TASK REQUIREMENTS: In the entries below, find the line with "e80 v58 v47 LINE" and the line with "FreeCAD Python script"; give again those lines and every line between them, exactly.

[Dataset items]

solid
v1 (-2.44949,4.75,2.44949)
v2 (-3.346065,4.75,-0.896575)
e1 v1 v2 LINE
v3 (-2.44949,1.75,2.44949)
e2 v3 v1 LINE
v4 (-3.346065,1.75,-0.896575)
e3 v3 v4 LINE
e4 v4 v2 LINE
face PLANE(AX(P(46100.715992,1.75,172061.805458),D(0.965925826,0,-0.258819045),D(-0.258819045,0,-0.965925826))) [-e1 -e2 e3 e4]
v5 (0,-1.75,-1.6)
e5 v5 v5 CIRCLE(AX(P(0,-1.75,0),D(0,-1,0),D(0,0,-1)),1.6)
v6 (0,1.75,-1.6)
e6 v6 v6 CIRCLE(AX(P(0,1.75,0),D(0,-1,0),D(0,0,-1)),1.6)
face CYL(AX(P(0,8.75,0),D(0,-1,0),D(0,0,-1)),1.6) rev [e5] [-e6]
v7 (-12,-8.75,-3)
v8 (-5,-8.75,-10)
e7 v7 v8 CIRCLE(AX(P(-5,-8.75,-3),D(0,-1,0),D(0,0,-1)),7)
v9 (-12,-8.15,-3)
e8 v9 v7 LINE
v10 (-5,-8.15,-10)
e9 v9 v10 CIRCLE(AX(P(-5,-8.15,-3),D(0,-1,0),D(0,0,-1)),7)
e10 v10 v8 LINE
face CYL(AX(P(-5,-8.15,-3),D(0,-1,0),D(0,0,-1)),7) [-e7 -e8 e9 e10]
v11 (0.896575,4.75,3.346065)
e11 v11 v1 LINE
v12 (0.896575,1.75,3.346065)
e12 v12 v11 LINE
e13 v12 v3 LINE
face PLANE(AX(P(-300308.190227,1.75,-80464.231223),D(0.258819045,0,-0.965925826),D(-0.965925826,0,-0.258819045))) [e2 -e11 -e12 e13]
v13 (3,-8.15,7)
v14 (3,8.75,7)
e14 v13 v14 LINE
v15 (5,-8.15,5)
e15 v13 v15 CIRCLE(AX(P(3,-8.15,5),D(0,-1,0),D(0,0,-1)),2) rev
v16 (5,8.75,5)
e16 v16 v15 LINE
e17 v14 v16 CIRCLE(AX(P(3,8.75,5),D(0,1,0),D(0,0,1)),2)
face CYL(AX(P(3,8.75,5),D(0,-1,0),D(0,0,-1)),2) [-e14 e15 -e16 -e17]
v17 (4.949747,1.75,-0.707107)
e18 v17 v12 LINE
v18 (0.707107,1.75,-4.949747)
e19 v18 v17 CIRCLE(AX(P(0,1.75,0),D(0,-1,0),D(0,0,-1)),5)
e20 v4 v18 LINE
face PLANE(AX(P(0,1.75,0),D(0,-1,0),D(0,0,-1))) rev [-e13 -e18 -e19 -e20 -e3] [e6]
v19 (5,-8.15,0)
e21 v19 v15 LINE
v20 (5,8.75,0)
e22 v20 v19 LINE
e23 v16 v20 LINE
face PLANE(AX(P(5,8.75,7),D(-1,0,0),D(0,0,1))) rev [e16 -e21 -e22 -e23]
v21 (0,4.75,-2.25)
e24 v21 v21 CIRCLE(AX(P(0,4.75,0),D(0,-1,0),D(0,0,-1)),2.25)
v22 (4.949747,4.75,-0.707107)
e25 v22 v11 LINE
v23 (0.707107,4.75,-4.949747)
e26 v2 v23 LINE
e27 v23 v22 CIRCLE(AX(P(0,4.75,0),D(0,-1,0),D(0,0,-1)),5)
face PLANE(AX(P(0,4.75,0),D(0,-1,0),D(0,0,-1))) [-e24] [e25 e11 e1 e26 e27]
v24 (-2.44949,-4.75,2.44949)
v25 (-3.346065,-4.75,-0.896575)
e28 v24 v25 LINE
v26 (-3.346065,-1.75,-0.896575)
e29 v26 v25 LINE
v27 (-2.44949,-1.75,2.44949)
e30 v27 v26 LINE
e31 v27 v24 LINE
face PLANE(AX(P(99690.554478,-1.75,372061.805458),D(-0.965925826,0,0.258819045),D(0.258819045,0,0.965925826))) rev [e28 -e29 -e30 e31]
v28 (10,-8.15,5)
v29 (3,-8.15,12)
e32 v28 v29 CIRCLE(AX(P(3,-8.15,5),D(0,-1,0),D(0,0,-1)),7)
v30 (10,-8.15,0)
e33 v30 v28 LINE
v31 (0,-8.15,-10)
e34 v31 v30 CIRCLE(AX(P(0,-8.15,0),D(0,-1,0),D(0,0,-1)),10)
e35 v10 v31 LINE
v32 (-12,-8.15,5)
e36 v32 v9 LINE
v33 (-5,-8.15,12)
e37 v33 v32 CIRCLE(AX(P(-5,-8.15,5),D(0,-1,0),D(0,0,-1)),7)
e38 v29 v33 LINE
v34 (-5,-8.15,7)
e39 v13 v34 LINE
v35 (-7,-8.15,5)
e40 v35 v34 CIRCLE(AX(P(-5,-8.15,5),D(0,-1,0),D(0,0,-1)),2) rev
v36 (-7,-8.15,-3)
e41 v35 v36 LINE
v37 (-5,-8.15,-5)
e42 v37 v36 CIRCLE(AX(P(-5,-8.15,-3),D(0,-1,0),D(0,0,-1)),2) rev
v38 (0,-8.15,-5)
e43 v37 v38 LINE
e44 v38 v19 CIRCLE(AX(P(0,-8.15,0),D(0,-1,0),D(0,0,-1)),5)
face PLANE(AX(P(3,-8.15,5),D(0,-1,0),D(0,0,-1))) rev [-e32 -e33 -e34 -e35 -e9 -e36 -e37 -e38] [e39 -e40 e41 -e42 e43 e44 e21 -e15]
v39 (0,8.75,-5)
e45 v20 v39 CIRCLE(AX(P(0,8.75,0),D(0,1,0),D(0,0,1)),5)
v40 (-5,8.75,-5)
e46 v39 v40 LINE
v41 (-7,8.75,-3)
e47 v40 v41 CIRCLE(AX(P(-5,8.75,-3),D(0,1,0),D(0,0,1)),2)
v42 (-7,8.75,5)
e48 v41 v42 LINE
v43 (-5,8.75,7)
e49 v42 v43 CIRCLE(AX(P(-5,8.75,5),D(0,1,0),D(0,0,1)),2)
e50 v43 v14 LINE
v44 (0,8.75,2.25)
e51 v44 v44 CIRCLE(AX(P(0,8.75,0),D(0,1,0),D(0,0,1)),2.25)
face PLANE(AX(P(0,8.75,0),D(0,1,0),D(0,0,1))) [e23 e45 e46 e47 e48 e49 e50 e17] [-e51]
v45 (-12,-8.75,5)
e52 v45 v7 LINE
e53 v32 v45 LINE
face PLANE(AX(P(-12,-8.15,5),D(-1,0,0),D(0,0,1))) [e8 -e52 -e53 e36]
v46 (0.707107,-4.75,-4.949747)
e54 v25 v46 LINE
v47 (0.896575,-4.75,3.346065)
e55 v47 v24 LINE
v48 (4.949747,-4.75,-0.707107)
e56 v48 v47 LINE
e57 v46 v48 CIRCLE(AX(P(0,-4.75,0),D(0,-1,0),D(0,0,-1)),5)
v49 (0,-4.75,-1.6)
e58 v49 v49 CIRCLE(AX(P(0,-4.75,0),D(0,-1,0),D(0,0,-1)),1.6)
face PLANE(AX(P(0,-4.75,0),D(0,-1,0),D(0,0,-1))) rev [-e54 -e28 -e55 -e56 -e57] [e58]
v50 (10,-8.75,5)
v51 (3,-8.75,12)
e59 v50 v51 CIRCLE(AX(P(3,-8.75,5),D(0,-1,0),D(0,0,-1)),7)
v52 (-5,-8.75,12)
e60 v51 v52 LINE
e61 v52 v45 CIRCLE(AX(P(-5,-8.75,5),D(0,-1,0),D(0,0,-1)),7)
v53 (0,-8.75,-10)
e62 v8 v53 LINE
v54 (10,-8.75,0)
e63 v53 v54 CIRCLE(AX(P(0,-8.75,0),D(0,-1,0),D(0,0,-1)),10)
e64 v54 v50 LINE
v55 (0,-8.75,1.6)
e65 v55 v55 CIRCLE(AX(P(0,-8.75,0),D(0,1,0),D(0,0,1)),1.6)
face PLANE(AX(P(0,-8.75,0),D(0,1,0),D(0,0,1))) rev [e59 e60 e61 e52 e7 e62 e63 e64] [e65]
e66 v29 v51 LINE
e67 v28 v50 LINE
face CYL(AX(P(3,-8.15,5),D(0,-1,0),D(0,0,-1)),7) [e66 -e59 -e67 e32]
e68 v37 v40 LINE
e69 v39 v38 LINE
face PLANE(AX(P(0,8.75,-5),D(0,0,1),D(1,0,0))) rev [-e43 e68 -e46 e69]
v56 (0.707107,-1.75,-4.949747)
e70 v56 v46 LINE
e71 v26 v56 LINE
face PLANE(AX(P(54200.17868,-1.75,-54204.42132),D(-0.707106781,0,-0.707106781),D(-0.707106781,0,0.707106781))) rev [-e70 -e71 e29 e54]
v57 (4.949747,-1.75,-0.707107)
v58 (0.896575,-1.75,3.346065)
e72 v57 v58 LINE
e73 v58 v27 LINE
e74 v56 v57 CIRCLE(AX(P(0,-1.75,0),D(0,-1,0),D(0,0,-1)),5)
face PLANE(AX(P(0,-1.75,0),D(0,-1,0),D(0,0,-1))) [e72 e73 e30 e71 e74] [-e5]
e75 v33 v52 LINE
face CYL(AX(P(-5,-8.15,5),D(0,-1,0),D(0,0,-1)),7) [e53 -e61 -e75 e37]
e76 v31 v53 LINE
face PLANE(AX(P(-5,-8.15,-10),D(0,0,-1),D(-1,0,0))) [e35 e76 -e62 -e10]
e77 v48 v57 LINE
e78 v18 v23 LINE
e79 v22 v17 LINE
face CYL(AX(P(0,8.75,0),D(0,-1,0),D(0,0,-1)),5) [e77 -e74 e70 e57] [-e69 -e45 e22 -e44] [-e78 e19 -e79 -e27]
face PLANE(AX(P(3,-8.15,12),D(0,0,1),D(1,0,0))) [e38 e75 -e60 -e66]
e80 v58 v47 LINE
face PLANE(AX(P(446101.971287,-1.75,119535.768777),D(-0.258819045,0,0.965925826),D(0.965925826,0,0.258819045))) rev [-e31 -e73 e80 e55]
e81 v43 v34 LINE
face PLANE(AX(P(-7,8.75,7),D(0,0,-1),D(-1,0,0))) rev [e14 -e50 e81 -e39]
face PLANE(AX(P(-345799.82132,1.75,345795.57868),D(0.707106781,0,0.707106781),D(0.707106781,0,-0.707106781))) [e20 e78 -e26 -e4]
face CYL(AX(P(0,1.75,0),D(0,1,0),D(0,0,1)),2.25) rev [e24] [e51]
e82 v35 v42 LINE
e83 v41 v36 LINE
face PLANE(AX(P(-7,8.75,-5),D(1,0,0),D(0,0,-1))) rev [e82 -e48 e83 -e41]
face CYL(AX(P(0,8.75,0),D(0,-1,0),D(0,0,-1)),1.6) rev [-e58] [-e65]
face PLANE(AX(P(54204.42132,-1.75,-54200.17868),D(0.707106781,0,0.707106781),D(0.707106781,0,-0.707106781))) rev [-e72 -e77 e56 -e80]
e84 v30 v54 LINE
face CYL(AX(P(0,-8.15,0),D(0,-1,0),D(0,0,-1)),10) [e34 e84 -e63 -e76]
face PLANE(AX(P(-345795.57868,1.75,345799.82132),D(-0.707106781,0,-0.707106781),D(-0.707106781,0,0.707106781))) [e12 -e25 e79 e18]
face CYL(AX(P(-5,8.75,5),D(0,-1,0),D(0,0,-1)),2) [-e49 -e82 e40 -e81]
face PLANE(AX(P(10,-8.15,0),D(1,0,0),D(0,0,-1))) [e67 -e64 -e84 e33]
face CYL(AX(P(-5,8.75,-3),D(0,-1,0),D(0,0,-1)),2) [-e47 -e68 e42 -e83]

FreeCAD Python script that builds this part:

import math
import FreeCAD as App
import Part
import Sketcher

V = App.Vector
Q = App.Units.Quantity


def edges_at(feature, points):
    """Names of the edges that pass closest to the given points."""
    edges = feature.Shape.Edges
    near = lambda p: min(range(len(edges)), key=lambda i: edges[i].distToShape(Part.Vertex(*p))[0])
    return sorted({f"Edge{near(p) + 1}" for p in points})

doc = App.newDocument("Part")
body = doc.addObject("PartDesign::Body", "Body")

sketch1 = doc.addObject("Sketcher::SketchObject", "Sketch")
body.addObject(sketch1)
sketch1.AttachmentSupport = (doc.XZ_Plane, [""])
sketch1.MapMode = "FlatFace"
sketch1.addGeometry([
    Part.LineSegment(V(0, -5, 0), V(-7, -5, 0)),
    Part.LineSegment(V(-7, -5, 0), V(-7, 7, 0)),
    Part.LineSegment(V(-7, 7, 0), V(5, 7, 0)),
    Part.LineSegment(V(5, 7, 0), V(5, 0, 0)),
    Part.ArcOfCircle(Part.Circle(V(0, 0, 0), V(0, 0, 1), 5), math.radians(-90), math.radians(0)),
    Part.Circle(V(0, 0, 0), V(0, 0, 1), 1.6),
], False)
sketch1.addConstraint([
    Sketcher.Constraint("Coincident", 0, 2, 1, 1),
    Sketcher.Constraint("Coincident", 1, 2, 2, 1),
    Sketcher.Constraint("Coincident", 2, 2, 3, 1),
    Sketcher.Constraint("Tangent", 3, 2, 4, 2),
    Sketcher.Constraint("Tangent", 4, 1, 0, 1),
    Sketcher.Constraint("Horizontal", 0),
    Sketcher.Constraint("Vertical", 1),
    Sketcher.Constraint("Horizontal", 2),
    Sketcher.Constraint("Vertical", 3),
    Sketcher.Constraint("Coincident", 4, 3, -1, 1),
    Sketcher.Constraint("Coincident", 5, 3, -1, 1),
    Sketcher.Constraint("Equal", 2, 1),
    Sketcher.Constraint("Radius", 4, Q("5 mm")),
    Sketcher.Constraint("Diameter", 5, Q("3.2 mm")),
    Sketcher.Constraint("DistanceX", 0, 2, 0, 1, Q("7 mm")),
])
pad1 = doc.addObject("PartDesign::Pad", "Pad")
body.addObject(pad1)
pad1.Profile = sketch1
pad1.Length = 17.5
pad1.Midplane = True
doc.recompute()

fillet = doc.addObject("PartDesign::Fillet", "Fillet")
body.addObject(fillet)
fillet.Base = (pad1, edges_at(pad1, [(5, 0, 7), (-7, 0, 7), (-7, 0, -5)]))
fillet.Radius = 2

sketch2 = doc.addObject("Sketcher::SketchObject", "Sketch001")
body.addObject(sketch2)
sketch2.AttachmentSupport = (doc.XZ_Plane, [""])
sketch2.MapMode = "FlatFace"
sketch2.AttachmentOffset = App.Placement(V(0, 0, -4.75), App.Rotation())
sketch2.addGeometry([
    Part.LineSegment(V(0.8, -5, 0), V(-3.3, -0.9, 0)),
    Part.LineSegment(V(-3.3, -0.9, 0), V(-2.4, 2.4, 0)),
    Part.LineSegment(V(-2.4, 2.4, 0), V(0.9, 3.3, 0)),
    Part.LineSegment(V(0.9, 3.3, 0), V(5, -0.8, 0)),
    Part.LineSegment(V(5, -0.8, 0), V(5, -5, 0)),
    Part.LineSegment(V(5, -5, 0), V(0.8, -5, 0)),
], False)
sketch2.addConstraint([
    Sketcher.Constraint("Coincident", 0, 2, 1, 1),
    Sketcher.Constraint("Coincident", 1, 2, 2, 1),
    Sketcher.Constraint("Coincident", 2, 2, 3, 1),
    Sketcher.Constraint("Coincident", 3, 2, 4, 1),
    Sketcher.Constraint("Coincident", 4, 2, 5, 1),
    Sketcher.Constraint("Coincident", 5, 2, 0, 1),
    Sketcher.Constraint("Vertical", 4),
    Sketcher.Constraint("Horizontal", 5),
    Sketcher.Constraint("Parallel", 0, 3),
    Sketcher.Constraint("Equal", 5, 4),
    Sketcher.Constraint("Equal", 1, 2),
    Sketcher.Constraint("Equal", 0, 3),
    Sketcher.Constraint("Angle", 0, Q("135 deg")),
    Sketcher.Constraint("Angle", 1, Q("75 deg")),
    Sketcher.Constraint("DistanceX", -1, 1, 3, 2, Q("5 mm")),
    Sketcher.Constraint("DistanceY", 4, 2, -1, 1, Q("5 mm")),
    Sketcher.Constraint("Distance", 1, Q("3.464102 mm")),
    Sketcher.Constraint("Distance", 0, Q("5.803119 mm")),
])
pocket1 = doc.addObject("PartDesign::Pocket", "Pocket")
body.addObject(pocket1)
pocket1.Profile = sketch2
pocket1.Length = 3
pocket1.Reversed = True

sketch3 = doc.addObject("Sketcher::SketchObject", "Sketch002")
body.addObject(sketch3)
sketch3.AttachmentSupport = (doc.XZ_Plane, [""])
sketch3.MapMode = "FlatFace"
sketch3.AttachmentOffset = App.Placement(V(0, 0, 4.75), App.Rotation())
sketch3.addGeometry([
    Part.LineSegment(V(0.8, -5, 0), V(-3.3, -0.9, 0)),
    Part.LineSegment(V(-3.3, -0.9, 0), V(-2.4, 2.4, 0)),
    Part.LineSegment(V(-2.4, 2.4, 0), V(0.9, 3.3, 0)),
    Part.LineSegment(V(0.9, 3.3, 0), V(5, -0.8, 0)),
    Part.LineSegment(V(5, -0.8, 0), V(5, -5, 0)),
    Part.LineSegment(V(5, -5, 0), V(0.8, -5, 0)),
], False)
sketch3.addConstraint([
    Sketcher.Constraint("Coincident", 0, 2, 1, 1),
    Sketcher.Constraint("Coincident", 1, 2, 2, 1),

RESPONSE:
e80 v58 v47 LINE
face PLANE(AX(P(446101.971287,-1.75,119535.768777),D(-0.258819045,0,0.965925826),D(0.965925826,0,0.258819045))) rev [-e31 -e73 e80 e55]
e81 v43 v34 LINE
face PLANE(AX(P(-7,8.75,7),D(0,0,-1),D(-1,0,0))) rev [e14 -e50 e81 -e39]
face PLANE(AX(P(-345799.82132,1.75,345795.57868),D(0.707106781,0,0.707106781),D(0.707106781,0,-0.707106781))) [e20 e78 -e26 -e4]
face CYL(AX(P(0,1.75,0),D(0,1,0),D(0,0,1)),2.25) rev [e24] [e51]
e82 v35 v42 LINE
e83 v41 v36 LINE
face PLANE(AX(P(-7,8.75,-5),D(1,0,0),D(0,0,-1))) rev [e82 -e48 e83 -e41]
face CYL(AX(P(0,8.75,0),D(0,-1,0),D(0,0,-1)),1.6) rev [-e58] [-e65]
face PLANE(AX(P(54204.42132,-1.75,-54200.17868),D(0.707106781,0,0.707106781),D(0.707106781,0,-0.707106781))) rev [-e72 -e77 e56 -e80]
e84 v30 v54 LINE
face CYL(AX(P(0,-8.15,0),D(0,-1,0),D(0,0,-1)),10) [e34 e84 -e63 -e76]
face PLANE(AX(P(-345795.57868,1.75,345799.82132),D(-0.707106781,0,-0.707106781),D(-0.707106781,0,0.707106781))) [e12 -e25 e79 e18]
face CYL(AX(P(-5,8.75,5),D(0,-1,0),D(0,0,-1)),2) [-e49 -e82 e40 -e81]
face PLANE(AX(P(10,-8.15,0),D(1,0,0),D(0,0,-1))) [e67 -e64 -e84 e33]
face CYL(AX(P(-5,8.75,-3),D(0,-1,0),D(0,0,-1)),2) [-e47 -e68 e42 -e83]

FreeCAD Python script that builds this part:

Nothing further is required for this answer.